Create a template pipeline with the CLI
- You will see the following prompts as
aineko
tries to create a project directory containing the boilerplate you need for a pipeline. Feel free to use the defaults suggested. -
aineko create
Expected output[1/4] project_name (My Awesome Pipeline): [2/4] project_slug (my_awesome_pipeline): [3/4] project_description (Behold my awesome pipeline!): [4/4] pipeline_slug (test-aineko-pipeline):
Install dependencies in the new pipeline
cd my_awesome_pipeline poetry install
Start Aineko background services
poetry run aineko service start
Expected outputContainer zookeeper Creating Container zookeeper Created Container broker Creating Container broker Created Container zookeeper Starting Container zookeeper Started Container broker Starting Container broker Started
Start the template pipeline
poetry run aineko run ./conf/pipeline.yml
Expected outputINFO - Application is starting. INFO - Creating dataset: aineko-pipeline.sequence: {'type': 'kafka_stream'} INFO - All datasets created. INFO worker.py:1664 -- Started a local Ray instance.

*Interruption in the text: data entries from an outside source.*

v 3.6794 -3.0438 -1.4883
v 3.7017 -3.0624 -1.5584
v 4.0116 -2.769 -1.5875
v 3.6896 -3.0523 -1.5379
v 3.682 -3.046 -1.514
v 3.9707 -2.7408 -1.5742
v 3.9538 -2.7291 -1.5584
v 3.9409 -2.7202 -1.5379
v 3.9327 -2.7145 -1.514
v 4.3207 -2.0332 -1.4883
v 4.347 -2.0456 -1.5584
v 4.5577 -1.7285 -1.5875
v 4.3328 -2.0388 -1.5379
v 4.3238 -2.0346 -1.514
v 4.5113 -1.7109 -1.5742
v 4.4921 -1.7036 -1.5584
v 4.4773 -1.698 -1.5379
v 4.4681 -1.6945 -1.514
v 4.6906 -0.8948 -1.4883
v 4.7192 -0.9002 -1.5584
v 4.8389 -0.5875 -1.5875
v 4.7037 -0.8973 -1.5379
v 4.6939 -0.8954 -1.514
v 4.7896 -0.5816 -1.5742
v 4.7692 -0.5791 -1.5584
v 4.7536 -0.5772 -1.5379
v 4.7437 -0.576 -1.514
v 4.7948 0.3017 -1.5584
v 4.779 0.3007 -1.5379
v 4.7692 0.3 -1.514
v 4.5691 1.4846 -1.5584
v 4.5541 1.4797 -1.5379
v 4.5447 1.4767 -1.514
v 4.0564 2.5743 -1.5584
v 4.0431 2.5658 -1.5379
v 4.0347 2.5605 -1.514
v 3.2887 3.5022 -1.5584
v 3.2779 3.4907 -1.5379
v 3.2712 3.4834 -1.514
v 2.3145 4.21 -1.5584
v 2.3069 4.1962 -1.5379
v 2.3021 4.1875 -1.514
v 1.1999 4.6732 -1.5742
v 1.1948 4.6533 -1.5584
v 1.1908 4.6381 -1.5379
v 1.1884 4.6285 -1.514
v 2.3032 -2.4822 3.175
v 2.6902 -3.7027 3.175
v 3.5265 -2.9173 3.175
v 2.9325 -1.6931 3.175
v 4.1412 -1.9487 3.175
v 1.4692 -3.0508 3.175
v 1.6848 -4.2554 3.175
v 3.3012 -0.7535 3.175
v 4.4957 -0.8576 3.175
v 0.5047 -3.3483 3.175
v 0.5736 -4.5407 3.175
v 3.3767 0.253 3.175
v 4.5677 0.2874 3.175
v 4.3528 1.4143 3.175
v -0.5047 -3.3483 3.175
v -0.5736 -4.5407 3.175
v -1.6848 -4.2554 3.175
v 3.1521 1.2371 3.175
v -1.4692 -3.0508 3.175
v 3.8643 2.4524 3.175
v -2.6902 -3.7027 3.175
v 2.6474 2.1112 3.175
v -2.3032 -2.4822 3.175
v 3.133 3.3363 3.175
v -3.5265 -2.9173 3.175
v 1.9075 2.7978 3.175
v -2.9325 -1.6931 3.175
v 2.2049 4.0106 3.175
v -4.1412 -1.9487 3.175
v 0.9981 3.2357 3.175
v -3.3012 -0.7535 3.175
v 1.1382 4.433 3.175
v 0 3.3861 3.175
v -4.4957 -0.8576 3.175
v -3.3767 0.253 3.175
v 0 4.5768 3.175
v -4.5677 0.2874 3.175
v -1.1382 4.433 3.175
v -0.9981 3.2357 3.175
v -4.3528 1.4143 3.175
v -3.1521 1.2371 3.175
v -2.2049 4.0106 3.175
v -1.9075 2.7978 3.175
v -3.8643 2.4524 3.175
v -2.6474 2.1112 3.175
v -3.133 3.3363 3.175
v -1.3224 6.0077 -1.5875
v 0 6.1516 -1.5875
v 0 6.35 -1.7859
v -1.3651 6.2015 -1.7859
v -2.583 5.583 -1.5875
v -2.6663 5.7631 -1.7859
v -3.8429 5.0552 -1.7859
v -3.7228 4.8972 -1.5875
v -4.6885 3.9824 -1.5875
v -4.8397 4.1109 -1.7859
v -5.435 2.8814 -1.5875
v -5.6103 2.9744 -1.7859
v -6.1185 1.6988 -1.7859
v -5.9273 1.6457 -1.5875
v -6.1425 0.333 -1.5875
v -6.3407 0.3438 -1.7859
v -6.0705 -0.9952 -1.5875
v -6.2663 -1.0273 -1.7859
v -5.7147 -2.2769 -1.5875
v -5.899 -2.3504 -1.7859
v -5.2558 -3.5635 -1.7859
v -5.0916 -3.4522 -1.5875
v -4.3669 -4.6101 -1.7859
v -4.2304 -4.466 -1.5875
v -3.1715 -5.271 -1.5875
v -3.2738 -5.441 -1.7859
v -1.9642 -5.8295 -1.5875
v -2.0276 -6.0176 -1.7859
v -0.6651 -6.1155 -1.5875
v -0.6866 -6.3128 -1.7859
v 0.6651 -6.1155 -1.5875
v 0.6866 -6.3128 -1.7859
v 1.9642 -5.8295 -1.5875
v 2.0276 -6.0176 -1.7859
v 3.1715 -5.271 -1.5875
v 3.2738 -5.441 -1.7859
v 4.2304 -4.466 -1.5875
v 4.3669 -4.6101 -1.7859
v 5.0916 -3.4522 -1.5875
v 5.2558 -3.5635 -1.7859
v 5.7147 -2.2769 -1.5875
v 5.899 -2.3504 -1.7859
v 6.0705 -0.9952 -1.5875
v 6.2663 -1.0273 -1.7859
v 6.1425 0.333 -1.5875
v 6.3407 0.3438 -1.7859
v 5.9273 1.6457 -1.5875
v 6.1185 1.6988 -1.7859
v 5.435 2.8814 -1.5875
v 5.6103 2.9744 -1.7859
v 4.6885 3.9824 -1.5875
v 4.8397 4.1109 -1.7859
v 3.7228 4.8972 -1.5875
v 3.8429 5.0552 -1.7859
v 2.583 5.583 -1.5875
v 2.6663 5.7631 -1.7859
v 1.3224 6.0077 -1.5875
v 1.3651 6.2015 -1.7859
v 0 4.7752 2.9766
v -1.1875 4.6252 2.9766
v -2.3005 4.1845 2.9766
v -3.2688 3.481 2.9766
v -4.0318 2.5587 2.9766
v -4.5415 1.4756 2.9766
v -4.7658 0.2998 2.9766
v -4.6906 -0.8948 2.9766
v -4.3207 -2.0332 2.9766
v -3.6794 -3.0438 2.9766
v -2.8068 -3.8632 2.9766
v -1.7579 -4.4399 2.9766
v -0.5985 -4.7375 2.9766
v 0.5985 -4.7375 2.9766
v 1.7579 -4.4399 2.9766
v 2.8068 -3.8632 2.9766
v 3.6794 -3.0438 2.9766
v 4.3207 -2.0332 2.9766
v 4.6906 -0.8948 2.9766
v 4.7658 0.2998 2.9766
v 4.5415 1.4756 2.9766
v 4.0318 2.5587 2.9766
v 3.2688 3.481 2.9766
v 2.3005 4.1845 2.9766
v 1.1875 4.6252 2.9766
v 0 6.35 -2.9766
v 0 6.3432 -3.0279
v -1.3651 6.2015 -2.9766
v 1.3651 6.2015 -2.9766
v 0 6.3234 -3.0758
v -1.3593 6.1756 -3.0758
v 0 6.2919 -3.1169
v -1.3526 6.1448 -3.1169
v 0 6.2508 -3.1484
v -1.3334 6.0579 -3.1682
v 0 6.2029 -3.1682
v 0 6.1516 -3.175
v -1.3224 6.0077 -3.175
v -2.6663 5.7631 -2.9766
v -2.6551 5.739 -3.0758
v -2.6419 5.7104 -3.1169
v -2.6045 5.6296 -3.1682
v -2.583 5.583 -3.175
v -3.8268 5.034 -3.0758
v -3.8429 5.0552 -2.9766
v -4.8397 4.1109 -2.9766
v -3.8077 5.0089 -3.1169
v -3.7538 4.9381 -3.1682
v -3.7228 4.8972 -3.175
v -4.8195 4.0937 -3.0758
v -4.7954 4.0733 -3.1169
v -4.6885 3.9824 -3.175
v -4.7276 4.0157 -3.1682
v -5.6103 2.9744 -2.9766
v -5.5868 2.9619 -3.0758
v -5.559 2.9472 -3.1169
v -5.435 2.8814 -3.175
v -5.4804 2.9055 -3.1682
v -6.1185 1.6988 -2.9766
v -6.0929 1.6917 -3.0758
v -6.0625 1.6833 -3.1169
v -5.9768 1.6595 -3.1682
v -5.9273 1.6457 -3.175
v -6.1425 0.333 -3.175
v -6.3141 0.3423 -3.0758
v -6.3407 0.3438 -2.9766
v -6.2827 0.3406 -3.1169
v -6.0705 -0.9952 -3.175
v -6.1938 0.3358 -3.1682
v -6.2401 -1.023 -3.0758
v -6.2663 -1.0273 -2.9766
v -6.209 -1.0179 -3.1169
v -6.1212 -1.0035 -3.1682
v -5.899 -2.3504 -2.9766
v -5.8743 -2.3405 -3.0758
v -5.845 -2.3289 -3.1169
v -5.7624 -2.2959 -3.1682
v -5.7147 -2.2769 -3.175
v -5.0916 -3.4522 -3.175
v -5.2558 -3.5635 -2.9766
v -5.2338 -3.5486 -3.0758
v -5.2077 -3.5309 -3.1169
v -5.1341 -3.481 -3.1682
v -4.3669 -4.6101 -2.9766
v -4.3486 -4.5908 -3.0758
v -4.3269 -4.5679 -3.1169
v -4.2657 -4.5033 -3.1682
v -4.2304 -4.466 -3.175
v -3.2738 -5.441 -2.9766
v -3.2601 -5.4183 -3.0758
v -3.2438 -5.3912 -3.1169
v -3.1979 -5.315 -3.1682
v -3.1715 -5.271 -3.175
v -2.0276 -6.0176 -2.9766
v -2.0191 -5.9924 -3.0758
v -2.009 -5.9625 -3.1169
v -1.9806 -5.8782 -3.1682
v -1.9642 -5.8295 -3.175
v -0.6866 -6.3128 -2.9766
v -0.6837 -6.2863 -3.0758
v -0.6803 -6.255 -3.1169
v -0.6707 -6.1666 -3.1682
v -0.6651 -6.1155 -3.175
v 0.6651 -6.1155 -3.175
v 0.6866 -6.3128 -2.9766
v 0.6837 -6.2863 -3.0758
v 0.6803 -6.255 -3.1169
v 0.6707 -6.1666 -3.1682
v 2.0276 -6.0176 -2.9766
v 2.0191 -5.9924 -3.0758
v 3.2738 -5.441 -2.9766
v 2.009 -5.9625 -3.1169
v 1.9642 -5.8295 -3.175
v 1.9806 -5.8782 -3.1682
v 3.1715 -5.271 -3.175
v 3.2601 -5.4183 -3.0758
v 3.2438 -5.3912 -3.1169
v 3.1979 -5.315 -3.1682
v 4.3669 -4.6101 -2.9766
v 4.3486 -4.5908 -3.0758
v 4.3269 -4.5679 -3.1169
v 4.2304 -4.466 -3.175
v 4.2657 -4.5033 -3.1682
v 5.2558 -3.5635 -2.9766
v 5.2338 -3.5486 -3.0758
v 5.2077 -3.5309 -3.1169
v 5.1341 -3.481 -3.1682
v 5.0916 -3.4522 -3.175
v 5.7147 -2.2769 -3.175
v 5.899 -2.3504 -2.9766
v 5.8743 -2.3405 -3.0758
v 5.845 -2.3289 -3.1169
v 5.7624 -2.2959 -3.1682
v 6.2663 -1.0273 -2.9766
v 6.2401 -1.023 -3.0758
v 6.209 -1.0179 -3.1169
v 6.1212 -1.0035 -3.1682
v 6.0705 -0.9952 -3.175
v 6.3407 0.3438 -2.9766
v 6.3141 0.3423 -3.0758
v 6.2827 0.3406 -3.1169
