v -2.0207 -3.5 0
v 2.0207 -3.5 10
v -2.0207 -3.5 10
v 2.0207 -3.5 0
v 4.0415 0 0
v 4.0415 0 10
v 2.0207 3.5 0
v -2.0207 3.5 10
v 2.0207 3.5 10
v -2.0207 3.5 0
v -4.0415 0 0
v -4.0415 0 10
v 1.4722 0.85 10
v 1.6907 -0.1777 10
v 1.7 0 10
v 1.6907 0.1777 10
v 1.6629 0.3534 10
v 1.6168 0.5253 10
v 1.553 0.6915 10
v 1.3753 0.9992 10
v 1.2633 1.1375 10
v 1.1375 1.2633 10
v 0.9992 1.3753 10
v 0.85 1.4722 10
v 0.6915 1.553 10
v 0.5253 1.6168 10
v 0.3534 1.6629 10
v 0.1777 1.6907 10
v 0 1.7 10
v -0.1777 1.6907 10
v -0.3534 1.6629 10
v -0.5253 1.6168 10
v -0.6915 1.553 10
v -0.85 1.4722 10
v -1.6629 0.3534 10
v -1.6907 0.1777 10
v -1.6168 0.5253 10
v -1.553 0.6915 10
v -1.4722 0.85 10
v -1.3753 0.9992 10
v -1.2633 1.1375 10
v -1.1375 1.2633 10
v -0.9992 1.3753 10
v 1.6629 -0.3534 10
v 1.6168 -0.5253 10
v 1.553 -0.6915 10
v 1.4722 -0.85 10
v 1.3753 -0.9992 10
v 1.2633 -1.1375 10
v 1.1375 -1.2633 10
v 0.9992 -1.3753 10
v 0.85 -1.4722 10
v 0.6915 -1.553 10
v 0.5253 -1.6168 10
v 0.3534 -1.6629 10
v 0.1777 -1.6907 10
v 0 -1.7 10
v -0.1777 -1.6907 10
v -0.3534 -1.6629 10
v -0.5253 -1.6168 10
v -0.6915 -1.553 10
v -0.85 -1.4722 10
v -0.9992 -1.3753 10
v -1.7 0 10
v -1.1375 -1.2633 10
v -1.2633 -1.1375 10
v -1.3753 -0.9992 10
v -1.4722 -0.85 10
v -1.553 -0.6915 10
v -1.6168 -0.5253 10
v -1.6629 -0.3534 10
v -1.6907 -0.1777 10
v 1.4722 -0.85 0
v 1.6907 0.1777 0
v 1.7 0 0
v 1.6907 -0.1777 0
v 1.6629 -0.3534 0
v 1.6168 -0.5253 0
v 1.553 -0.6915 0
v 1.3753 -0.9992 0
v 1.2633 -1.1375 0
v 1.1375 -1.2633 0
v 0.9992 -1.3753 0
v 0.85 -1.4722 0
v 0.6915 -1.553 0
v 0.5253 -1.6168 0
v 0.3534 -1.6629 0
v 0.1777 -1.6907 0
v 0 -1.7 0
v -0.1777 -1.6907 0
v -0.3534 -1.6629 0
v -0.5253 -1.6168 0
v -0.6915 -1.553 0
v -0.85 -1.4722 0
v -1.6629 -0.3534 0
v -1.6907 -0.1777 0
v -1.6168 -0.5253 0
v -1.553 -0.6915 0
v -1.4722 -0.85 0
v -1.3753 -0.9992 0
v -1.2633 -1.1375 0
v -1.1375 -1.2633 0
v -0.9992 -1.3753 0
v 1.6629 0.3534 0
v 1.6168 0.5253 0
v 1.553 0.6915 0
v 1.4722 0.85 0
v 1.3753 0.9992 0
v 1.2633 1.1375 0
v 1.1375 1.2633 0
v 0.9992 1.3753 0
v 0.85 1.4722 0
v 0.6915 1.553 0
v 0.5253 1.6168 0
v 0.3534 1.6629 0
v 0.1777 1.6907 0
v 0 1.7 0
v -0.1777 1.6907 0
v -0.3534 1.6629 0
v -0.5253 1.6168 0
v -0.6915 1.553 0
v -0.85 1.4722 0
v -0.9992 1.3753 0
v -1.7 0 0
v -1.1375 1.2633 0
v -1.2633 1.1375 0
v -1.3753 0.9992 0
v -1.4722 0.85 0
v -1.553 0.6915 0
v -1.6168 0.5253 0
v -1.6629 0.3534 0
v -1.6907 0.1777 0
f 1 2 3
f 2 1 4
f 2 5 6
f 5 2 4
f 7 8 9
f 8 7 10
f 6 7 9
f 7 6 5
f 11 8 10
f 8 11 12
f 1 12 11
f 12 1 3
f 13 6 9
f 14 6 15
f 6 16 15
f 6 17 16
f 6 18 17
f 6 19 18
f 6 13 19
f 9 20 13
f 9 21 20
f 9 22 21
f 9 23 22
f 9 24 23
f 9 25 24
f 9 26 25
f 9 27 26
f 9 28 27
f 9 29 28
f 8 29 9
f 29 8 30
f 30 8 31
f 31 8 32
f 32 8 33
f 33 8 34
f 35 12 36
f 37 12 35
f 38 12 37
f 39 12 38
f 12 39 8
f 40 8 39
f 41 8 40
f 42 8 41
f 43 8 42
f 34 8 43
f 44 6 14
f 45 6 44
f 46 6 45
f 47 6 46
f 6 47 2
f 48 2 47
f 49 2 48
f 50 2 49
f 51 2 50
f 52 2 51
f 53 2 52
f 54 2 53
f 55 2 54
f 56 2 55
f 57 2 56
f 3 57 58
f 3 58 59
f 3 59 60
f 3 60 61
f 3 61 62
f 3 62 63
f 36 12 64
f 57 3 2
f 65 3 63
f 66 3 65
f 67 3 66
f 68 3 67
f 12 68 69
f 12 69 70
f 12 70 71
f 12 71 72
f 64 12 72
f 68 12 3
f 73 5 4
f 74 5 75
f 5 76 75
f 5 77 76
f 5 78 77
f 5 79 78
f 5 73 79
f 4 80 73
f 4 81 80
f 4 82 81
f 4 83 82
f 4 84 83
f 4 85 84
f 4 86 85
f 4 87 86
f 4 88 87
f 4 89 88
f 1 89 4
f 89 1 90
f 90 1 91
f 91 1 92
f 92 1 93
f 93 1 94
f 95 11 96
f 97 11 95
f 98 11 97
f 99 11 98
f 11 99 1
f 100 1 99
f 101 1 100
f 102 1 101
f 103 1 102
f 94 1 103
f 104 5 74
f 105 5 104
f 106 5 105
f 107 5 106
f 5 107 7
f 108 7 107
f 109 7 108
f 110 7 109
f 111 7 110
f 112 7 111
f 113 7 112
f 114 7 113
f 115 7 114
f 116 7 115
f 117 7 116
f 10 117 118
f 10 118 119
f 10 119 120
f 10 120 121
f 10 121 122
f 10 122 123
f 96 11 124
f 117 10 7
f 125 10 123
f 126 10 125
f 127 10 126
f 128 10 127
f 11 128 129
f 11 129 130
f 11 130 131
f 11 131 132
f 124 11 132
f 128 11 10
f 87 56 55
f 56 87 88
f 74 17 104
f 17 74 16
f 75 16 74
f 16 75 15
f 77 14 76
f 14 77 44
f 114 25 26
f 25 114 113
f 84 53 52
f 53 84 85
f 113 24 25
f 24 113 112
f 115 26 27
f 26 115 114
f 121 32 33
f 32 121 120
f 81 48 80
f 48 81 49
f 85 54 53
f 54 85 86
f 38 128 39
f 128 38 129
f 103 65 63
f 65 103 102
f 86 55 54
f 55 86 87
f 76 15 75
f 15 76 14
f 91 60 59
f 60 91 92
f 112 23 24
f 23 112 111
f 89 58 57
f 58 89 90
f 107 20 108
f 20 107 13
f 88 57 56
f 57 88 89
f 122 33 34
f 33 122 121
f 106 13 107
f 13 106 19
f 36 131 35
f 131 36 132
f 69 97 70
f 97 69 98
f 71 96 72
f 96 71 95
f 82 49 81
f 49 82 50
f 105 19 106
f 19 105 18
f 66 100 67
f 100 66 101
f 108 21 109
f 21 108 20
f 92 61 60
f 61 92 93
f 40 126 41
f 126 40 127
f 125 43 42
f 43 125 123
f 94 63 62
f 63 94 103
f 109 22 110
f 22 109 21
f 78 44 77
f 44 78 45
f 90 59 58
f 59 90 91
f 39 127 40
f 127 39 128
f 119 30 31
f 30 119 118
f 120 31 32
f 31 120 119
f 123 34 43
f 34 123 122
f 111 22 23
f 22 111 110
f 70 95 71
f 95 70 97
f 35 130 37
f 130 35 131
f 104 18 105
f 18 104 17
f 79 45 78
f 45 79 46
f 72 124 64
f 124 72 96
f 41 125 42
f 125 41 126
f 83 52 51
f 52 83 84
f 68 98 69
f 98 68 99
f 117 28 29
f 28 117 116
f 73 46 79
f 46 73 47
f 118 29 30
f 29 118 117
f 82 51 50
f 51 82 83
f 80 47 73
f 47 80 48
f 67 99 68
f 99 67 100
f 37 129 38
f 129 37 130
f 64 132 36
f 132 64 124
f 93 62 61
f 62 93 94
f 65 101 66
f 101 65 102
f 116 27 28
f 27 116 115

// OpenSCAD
// Hex standoff, 10 mm long.
$fn = 60;
eps = 0.02;
thread_d = 3.4;
flat = 7;
length = 10;
chamfer = 1.2;
difference() {
    union() {
        cylinder(d = flat / cos(30), h = length, $fn = 6);
        cylinder(d1 = flat / cos(30) - 2 * chamfer, d2 = flat / cos(30), h = chamfer, $fn = 6);
        translate([0, 0, length - chamfer]) cylinder(d1 = flat / cos(30), d2 = flat / cos(30) - 2 * chamfer, h = chamfer, $fn = 6);
    }
    translate([0, 0, -eps]) cylinder(d = thread_d, h = length + 2 * eps);
}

Check the data being streamed
- To view messages running in one of the user-defined datasets:
-
poetry run aineko stream --dataset test-aineko-pipeline.test_sequence --from-beginning
Expected output{"timestamp": "2023-11-10 17:27:20", "dataset": "sequence", "source_pipeline": "test-aineko-pipeline", "source_node": "sequence", "message": 1} {"timestamp": "2023-11-10 17:27:20", "dataset": "sequence", "source_pipeline": "test-aineko-pipeline", "source_node": "sequence", "message": 2}
- Alternatively, to view logs stored in the built-in
logging
dataset: -
poetry run aineko stream --dataset logging --from-beginning
Expected output{"timestamp": "2023-11-10 17:46:15", "dataset": "logging", "source_pipeline": "test-aineko-pipeline", "source_node": "sum", "message": {"log": "Received input: 1. Adding 1...", "level": "info"}}
Note
User-defined datasets have the pipeline name automatically prefixed, but the special built-in dataset logging
doesn't.
Stop Aineko background services
poetry run aineko service stop
So that's it to get an Aineko pipeline running. How smooth was that?
What does the above output mean?
An aineko pipeline is made up of Dataset(s) and Node(s). A Dataset can be thought of as a mailbox. Nodes pass messages to this mailbox, that can be read by many other Nodes.
A Node is an abstraction for some computation, a function if you will. At the same time a Node can be a producer and/or a consumer of a Dataset. (mailbox)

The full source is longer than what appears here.